If programming languages were weapons - lelf
http://bjorn.tipling.com/if-programming-languages-were-weapons
======
usrusr
Suggested alternative for Java, because making fun of NullPointerExceptions is
too easy: "Java is a belt fed 240G automatic weapon that tries hard to avoid
gun accidents: each round has to be individually authorized by ticking off a
detailed questionnaire. By the time you get to actually shoot, someone may
have already beaten you to death with a stick."

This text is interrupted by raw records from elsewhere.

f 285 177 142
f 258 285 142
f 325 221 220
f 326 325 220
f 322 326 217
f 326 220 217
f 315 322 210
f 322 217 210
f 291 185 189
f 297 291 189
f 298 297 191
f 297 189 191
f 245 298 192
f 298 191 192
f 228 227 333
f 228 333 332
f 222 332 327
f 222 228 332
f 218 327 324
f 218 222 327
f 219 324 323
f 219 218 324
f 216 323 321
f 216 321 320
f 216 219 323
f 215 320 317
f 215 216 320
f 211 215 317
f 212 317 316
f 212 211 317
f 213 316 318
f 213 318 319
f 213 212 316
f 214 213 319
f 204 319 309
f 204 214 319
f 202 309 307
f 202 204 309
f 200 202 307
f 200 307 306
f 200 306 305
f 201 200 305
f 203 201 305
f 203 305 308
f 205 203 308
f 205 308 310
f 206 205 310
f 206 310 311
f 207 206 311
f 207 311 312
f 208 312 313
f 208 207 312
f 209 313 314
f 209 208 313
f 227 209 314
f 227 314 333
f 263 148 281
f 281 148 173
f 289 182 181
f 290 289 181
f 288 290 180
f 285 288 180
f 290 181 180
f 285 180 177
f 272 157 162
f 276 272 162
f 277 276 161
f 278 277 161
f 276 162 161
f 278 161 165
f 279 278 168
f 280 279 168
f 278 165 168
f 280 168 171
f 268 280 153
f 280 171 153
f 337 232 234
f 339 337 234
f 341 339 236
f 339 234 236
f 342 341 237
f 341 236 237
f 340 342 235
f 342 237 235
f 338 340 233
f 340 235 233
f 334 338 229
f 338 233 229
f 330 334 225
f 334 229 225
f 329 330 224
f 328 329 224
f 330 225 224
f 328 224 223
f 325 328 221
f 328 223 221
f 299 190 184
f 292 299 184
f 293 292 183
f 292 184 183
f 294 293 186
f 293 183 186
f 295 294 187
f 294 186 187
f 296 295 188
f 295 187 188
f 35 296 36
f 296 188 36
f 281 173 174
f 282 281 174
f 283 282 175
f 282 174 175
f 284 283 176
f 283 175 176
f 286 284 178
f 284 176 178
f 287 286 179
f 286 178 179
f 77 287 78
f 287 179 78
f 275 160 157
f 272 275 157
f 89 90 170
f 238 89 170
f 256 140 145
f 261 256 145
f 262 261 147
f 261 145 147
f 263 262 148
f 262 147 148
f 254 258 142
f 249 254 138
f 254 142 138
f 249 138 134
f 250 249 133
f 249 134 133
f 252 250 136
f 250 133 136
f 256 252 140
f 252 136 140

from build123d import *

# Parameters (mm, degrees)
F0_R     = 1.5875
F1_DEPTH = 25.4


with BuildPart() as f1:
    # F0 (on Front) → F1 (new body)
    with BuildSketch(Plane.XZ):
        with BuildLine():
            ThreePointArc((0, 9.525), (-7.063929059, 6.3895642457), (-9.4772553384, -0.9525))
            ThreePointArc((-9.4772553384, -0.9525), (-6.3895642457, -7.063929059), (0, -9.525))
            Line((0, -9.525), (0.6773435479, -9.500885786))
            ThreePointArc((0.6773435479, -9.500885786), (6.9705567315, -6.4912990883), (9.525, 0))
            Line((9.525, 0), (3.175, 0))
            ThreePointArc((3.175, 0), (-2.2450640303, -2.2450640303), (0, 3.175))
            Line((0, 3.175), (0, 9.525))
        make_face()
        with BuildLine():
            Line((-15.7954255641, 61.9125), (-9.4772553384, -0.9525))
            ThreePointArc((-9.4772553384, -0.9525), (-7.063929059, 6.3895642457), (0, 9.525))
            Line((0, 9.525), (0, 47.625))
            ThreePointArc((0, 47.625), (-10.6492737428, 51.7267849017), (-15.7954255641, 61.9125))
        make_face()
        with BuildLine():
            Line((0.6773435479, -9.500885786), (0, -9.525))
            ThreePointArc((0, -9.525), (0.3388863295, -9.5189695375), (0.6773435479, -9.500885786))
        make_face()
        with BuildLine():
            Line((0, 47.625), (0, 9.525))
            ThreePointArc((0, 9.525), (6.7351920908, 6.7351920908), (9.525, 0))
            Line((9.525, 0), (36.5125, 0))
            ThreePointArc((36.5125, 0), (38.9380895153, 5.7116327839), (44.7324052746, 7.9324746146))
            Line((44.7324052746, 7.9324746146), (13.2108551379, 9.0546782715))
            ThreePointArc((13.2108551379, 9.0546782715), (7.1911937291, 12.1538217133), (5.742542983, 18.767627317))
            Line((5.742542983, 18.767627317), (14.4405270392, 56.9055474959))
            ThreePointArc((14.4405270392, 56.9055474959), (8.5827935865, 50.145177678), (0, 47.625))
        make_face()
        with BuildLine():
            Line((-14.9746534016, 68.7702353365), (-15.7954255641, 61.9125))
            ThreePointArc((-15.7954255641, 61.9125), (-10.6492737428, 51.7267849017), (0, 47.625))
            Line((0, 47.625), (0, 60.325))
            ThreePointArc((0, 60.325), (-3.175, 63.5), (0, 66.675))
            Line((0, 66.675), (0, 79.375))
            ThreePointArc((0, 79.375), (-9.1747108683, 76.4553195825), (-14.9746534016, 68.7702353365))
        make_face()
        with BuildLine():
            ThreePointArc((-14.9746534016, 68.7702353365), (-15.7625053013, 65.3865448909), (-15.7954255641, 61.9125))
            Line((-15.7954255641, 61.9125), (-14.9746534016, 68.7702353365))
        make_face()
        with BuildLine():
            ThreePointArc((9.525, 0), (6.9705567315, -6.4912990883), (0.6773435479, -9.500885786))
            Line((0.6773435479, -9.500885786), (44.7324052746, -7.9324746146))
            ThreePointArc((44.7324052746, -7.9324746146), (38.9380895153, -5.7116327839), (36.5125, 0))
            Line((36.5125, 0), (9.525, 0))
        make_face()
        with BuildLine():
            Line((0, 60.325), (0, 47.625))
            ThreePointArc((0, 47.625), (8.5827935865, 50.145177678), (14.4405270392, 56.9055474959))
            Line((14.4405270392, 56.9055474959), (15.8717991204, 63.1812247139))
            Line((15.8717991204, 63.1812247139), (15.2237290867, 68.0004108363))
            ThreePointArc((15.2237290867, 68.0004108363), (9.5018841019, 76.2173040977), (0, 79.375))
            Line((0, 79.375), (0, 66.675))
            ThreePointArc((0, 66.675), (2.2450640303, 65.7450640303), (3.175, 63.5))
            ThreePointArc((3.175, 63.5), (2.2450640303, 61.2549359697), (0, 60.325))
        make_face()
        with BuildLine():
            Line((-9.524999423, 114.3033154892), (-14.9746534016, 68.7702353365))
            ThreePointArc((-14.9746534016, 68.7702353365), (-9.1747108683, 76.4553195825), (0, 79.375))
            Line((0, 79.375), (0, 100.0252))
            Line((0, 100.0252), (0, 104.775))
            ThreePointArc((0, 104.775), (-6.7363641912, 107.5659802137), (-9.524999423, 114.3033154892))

Scala would certainly have to build on that: "Scala is a variant of the 240G
Java that tries to work around the problem by encoding pre-answered
questionnaires directly into various types of ammunition. Unfortunately, the
gun can detect lies and refuses operation when some of those answers do not
match the actual situation."

------
eflowers
I would have liked to see HTML and CSS just because they aren't really
programming languages, but are referred to as "coding."

HTML = construction paper, safety scissors, and glue, while you wear a dirty
scuba mask. CSS = A gluestick, glitter, and pipe cleaners, while you wear
mittens.

------
sehrope
Assembly is a piano wire, you're gonna get your hands dirty and nobody will
hear about it.

------
machbio
Not a proper weapon choice for Python.. Should have been a Swiss Knife..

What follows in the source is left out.